Thanks very much. Precisely answers my questions. :-)
2010/4/26 Schubert Zhang <[email protected]>
> Please refer the code:
>
> org.apache.cassandra.db.ColumnFamilyStore
>
> public String getFlushPath()
> {
> long guessedSize = 2 * DatabaseDescriptor.getMemtableThroughput() *
> 1024*1024; // 2* adds room for keys, column indexes
> String location =
> DatabaseDescriptor.getDataFileLocationForTable(table_, guessedSize);
> if (location == null)
> throw new RuntimeException("Insufficient disk space to flush");
> return new File(location,
> getTempSSTableFileName()).getAbsolutePath();
> }
>
> and we can go through org.apache.cassandra.config.DatabaseDescriptor:
>
> public static String getDataFileLocationForTable(String table, long
> expectedCompactedFileSize)
> {
> long maxFreeDisk = 0;
> int maxDiskIndex = 0;
> String dataFileDirectory = null;
> String[] dataDirectoryForTable =
> getAllDataFileLocationsForTable(table);
>
> for ( int i = 0 ; i < dataDirectoryForTable.length ; i++ )
> {
> File f = new File(dataDirectoryForTable[i]);
> if( maxFreeDisk < f.getUsableSpace())
> {
> maxFreeDisk = f.getUsableSpace();
> maxDiskIndex = i;
> }
> }
> // Load factor of 0.9 we do not want to use the entire disk that is
> too risky.
> maxFreeDisk = (long)(0.9 * maxFreeDisk);
> if( expectedCompactedFileSize < maxFreeDisk )
> {
> dataFileDirectory = dataDirectoryForTable[maxDiskIndex];
> currentIndex = (maxDiskIndex + 1 )%dataDirectoryForTable.length ;
> }
> else
> {
> currentIndex = maxDiskIndex;
> }
> return dataFileDirectory;
> }
>
> So, DataFileDirectories means multiple disks or disk-partitions.

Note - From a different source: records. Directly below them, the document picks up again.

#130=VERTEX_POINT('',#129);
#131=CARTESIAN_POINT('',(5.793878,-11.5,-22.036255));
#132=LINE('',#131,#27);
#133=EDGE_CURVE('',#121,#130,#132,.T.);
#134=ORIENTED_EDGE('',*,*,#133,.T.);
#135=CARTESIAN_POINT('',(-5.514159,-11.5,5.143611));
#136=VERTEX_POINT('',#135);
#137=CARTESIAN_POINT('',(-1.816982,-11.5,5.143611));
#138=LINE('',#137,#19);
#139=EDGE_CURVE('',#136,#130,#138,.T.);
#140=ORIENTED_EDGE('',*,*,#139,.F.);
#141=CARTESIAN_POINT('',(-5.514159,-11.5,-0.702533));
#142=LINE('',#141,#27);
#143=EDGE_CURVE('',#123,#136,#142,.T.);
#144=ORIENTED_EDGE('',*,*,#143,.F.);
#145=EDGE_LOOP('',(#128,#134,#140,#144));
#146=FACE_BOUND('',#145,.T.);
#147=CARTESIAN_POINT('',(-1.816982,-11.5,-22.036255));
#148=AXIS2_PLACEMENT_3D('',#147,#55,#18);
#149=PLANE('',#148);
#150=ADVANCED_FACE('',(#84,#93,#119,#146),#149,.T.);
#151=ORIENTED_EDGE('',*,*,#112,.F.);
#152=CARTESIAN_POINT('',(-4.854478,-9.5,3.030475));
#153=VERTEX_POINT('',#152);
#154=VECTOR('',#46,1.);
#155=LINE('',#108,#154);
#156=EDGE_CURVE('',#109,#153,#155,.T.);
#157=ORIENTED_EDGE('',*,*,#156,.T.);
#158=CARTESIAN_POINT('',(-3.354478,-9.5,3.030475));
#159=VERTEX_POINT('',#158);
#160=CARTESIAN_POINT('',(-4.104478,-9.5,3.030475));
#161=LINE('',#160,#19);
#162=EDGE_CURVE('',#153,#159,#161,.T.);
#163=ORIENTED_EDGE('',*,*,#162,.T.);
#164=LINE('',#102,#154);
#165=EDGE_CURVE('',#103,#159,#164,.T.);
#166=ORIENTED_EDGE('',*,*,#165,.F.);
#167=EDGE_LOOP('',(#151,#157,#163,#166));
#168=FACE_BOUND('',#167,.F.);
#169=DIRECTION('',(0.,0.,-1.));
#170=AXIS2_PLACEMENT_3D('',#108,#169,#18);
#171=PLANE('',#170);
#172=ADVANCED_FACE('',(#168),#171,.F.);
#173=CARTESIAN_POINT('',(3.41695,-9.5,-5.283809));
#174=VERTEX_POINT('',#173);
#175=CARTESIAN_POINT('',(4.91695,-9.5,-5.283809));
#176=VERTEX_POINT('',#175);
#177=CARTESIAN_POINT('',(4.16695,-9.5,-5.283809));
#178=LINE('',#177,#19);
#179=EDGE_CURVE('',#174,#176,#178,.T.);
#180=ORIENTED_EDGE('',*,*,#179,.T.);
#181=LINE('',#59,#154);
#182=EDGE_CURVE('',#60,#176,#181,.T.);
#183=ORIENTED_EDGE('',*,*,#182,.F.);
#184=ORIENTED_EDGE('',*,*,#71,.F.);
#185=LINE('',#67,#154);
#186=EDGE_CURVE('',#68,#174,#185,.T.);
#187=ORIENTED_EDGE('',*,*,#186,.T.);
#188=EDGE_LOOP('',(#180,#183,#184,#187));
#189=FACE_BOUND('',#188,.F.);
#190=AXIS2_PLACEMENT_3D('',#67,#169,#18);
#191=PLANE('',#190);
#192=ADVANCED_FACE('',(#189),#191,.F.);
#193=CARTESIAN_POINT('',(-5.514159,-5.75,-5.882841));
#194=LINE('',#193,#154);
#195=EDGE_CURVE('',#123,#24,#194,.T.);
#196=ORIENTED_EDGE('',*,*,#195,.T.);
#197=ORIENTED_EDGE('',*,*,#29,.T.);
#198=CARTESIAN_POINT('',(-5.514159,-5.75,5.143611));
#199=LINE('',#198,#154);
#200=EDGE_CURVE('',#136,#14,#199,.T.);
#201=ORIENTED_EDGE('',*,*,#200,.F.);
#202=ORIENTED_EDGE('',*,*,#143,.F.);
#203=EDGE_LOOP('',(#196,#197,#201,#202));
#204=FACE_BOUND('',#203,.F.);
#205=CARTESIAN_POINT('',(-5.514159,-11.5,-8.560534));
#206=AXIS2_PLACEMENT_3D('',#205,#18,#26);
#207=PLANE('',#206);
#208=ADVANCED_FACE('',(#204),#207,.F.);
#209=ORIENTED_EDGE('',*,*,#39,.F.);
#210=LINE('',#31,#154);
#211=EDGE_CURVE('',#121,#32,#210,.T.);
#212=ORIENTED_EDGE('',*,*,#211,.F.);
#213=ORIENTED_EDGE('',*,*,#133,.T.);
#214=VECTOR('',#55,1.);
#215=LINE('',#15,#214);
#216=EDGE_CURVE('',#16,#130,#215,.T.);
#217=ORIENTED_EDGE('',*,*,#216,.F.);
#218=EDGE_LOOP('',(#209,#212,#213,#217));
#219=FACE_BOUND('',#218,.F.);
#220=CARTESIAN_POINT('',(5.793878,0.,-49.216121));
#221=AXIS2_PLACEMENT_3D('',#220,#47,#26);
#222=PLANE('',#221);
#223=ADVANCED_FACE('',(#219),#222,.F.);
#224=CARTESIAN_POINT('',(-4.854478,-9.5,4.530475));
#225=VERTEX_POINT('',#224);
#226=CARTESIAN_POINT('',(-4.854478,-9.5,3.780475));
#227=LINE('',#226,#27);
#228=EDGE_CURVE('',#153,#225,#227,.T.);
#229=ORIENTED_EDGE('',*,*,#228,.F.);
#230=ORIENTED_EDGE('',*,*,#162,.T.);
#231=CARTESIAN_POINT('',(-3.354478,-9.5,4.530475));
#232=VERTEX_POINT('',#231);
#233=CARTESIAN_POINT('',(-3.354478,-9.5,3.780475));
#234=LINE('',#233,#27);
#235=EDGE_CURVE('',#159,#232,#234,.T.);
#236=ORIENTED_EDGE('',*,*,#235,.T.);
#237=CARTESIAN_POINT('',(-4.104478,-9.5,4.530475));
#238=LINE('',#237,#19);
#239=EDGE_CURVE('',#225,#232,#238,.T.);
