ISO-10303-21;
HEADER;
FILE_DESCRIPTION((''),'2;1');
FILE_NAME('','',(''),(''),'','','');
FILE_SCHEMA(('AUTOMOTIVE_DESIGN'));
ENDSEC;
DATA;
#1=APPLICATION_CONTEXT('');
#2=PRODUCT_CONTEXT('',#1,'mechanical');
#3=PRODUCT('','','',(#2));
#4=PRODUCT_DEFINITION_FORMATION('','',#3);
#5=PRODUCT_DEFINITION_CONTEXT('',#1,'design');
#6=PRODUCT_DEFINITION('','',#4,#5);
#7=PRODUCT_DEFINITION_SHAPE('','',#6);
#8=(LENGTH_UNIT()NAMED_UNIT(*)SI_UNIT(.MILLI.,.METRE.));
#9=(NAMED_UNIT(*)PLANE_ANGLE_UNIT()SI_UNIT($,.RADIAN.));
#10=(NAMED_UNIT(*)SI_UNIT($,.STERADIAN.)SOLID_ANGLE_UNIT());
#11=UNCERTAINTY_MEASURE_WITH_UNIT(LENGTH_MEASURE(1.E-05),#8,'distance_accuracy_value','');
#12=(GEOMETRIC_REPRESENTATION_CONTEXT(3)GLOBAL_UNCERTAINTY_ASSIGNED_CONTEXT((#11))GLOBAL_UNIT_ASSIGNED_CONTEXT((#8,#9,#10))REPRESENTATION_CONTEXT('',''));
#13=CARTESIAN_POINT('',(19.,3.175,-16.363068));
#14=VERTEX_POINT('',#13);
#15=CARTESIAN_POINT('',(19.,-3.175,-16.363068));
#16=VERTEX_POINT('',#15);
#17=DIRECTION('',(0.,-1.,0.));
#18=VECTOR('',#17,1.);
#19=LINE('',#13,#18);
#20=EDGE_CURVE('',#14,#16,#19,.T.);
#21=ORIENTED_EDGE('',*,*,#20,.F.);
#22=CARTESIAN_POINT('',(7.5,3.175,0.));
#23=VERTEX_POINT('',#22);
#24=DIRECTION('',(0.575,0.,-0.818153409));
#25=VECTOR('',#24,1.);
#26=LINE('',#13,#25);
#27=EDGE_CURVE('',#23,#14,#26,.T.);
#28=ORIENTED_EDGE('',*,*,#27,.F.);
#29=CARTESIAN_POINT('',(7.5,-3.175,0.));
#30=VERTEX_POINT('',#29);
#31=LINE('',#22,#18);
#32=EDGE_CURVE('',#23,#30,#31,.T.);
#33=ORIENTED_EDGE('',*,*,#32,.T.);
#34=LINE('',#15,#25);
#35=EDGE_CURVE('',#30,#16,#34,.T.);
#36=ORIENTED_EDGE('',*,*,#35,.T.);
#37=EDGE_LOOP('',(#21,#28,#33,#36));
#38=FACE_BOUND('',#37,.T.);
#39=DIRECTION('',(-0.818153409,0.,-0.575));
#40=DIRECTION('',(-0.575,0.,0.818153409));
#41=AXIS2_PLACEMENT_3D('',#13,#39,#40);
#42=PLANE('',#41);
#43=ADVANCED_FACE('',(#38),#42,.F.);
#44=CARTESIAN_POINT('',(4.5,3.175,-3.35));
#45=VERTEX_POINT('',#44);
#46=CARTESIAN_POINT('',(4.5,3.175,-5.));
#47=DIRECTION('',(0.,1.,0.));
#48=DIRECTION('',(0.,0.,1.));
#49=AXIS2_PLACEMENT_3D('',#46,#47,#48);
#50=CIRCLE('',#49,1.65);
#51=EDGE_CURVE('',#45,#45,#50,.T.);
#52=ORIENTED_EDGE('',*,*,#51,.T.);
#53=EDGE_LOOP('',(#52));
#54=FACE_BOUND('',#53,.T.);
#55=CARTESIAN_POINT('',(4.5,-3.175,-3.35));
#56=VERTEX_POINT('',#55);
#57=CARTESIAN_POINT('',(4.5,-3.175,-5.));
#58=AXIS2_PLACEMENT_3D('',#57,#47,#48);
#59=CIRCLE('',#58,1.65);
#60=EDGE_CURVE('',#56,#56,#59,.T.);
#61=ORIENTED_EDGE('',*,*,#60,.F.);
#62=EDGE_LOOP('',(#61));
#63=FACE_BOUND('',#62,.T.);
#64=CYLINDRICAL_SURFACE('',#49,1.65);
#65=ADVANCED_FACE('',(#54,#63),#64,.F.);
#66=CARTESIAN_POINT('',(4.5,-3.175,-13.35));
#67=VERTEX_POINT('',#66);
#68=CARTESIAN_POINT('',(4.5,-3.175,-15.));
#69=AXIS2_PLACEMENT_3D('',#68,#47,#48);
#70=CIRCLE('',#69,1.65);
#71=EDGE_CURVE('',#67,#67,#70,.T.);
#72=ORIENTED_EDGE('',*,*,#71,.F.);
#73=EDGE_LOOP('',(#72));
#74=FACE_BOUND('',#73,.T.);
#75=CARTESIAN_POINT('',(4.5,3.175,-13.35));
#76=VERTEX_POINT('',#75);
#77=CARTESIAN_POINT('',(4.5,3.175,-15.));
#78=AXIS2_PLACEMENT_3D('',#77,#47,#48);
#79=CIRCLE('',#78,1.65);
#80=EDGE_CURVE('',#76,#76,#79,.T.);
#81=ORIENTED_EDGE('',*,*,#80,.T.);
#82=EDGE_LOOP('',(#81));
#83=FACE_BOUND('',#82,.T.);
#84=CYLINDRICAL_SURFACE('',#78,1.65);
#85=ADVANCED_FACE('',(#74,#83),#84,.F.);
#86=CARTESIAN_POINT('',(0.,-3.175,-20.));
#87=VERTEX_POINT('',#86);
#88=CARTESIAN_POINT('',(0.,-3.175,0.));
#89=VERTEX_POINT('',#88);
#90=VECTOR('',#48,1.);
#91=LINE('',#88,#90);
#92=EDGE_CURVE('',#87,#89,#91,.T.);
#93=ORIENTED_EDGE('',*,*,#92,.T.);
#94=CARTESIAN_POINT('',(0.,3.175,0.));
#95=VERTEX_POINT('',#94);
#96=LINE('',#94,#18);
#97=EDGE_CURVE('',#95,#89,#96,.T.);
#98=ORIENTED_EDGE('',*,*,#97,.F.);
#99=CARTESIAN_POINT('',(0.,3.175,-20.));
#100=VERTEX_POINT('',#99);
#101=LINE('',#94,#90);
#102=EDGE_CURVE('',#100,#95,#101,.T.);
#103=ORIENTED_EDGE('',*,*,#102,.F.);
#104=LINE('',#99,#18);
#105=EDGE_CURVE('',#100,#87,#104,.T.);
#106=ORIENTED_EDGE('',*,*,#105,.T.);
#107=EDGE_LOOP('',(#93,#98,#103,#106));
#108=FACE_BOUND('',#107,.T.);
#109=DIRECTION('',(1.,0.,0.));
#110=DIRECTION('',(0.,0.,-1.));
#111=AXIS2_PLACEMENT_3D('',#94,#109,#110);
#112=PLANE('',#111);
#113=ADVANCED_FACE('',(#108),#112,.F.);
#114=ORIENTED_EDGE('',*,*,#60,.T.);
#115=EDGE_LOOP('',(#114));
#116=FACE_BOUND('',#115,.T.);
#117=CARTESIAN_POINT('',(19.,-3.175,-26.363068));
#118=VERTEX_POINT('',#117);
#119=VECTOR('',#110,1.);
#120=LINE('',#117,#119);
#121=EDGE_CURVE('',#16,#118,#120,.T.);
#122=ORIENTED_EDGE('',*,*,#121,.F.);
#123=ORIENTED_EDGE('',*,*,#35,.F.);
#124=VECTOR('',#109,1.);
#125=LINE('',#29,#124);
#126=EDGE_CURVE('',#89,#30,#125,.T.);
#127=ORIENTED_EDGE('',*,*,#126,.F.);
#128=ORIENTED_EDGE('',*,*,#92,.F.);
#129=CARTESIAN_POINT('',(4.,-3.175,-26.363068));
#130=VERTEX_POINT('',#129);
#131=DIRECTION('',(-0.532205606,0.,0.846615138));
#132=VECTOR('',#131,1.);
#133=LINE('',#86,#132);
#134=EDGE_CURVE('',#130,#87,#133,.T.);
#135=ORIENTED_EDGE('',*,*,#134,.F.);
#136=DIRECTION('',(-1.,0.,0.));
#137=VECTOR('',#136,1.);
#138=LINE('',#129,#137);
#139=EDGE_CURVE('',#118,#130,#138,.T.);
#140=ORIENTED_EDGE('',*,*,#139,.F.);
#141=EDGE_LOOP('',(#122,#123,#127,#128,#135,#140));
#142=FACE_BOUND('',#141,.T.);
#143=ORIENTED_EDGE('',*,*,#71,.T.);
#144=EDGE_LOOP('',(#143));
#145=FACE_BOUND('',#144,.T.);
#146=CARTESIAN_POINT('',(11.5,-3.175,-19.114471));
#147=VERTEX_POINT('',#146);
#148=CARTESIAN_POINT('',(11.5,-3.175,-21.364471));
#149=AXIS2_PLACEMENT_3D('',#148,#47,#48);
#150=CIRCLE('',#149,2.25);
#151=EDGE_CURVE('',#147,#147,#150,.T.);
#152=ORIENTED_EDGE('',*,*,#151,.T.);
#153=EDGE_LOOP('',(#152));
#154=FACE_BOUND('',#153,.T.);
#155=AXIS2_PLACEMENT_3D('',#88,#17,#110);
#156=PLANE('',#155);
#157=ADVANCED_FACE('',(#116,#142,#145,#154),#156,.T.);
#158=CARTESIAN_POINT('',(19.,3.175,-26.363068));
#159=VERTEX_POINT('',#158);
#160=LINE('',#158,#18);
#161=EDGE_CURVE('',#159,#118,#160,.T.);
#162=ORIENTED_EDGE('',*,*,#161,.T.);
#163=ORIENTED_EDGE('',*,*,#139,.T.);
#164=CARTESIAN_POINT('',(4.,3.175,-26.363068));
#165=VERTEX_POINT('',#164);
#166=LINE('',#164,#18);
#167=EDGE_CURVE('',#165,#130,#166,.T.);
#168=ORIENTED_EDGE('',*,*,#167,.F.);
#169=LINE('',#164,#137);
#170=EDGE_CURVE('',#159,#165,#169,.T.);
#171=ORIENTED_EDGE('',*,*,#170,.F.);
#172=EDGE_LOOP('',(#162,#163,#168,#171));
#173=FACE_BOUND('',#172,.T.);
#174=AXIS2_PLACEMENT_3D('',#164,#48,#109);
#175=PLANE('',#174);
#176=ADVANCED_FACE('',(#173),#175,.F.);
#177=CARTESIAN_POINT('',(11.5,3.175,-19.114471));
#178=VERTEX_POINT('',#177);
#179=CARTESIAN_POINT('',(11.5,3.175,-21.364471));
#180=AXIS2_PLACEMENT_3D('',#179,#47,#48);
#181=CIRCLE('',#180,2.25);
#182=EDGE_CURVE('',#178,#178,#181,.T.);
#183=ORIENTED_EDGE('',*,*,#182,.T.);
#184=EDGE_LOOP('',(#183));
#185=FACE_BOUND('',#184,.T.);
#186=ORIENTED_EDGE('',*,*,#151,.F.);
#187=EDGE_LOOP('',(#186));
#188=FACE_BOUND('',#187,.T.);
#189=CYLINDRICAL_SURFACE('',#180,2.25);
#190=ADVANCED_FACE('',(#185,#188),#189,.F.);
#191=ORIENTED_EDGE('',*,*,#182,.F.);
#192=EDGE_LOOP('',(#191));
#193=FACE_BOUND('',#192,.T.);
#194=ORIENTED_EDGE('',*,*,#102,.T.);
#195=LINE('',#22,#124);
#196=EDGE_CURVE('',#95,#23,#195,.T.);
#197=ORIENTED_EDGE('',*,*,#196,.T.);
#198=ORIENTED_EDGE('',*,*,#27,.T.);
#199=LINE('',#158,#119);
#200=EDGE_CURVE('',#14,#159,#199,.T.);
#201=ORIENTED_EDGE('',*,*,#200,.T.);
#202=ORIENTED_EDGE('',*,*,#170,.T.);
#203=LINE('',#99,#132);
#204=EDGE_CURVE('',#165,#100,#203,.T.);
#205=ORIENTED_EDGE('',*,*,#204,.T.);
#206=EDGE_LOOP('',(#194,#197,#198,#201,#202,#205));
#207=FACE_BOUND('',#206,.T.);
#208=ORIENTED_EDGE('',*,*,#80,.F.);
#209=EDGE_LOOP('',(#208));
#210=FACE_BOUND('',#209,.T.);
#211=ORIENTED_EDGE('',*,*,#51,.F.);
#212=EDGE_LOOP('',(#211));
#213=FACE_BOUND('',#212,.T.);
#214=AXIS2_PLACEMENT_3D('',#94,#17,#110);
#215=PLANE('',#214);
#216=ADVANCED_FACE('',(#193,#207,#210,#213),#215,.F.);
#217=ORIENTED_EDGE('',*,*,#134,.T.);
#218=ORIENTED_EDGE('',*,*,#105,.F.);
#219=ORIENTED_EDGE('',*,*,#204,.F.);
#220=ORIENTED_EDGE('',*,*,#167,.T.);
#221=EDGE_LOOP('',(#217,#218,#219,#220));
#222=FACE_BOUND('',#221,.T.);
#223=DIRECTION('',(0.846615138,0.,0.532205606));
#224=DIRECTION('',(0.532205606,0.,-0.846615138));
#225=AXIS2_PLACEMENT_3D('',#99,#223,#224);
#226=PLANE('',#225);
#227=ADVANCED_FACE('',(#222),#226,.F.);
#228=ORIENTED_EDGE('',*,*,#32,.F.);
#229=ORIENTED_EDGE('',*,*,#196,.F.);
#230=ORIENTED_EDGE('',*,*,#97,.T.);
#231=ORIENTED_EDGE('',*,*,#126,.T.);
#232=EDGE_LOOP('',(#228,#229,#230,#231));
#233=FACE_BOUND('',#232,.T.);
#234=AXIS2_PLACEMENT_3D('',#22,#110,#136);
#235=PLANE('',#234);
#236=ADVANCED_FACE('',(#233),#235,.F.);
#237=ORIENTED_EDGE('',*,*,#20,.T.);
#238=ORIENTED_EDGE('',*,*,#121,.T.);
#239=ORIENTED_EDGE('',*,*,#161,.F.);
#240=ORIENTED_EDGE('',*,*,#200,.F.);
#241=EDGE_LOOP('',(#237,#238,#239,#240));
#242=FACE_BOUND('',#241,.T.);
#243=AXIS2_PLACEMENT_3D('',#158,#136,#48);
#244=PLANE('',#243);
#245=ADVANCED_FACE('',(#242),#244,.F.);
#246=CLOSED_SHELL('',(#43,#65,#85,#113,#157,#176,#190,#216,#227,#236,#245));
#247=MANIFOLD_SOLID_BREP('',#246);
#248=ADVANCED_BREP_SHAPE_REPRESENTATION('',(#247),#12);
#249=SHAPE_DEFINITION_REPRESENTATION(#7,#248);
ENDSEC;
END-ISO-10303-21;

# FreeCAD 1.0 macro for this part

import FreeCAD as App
import Part
import Sketcher
Q = App.Units.Quantity

doc = App.newDocument("Part")
body = doc.addObject("PartDesign::Body", "Body")

# Sketch on XZ plane
sketch1 = body.newObject("Sketcher::SketchObject", "Sketch")
sketch1.AttachmentSupport = (doc.getObject("XZ_Plane"), [""])
sketch1.MapMode = "FlatFace"
sketch1.addGeometry(Part.LineSegment(App.Vector(0, -20, 0), App.Vector(0, 0, 0)), False)
sketch1.addGeometry(Part.LineSegment(App.Vector(0, 0, 0), App.Vector(8, 0, 0)), False)
sketch1.addGeometry(Part.LineSegment(App.Vector(8, 0, 0), App.Vector(19, -16, 0)), False)
sketch1.addGeometry(Part.LineSegment(App.Vector(19, -16, 0), App.Vector(19, -26, 0)), False)
sketch1.addGeometry(Part.LineSegment(App.Vector(19, -26, 0), App.Vector(4, -26, 0)), False)
sketch1.addGeometry(Part.LineSegment(App.Vector(4, -26, 0), App.Vector(0, -20, 0)), False)
sketch1.addConstraint(Sketcher.Constraint("Coincident", 0, 2, 1, 1))
sketch1.addConstraint(Sketcher.Constraint("Coincident", 1, 2, 2, 1))
sketch1.addConstraint(Sketcher.Constraint("Coincident", 2, 2, 3, 1))
sketch1.addConstraint(Sketcher.Constraint("Coincident", 3, 2, 4, 1))
sketch1.addConstraint(Sketcher.Constraint("Coincident", 4, 2, 5, 1))
sketch1.addConstraint(Sketcher.Constraint("Coincident", 5, 2, 0, 1))
sketch1.addConstraint(Sketcher.Constraint("Vertical", 0))
sketch1.addConstraint(Sketcher.Constraint("Horizontal", 1))
sketch1.addConstraint(Sketcher.Constraint("Vertical", 3))
sketch1.addConstraint(Sketcher.Constraint("Horizontal", 4))
sketch1.addConstraint(Sketcher.Constraint("Coincident", 0, 2, -1, 1))
sketch1.addConstraint(Sketcher.Constraint("DistanceX", 4, 2, 4, 1, Q("15 mm")))
sketch1.addConstraint(Sketcher.Constraint("DistanceY", 0, 1, 0, 2, Q("20 mm")))
sketch1.addConstraint(Sketcher.Constraint("DistanceY", 3, 2, 3, 1, Q("10 mm")))
sketch1.addConstraint(Sketcher.Constraint("Distance", 2, Q("20 mm")))
sketch1.addConstraint(Sketcher.Constraint("DistanceX", 1, 1, 1, 2, Q("7.5 mm")))
sketch1.addConstraint(Sketcher.Constraint("DistanceX", -1, 1, 2, 2, Q("19 mm")))
pad1 = body.newObject("PartDesign::Pad", "Pad")
pad1.Profile = sketch1
pad1.Length = 6.35
pad1.Midplane = True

> I think your storage01, storage02 and storage03 are in same disk or disk
> partition.
>
>
> 2010/4/26 Roland Hänel <[email protected]>
>
> I have a configuration like this:
>>
>> <DataFileDirectories>
>> <DataFileDirectory>/storage01/cassandra/data</DataFileDirectory>
>> <DataFileDirectory>/storage02/cassandra/data</DataFileDirectory>
>> <DataFileDirectory>/storage03/cassandra/data</DataFileDirectory>
>> </DataFileDirectories>
>>
>> After loading a big chunk of data into cassandra, I end up wich some 70GB
>> in the first directory, and only about 10GB in the second and third one. All
>> rows are quite small, so it's not just some big rows that contain the
>> majority of data.
>>
>> Does Cassandra have the ability to 'see' the maximum available space in
>> these directory? I'm asking myself this question since my limit is 100GB,
>> and the first directory is approaching this limit...
>>
>> And, wouldn't it be better if Cassandra tried to 'load-balance' the files
>> inside the directories because this will result in better (read) performance
>> if the directories are on different disks (which is the case for me)?
>>
>> Any help is appreciated.
>>
>> Roland
>>
>>
>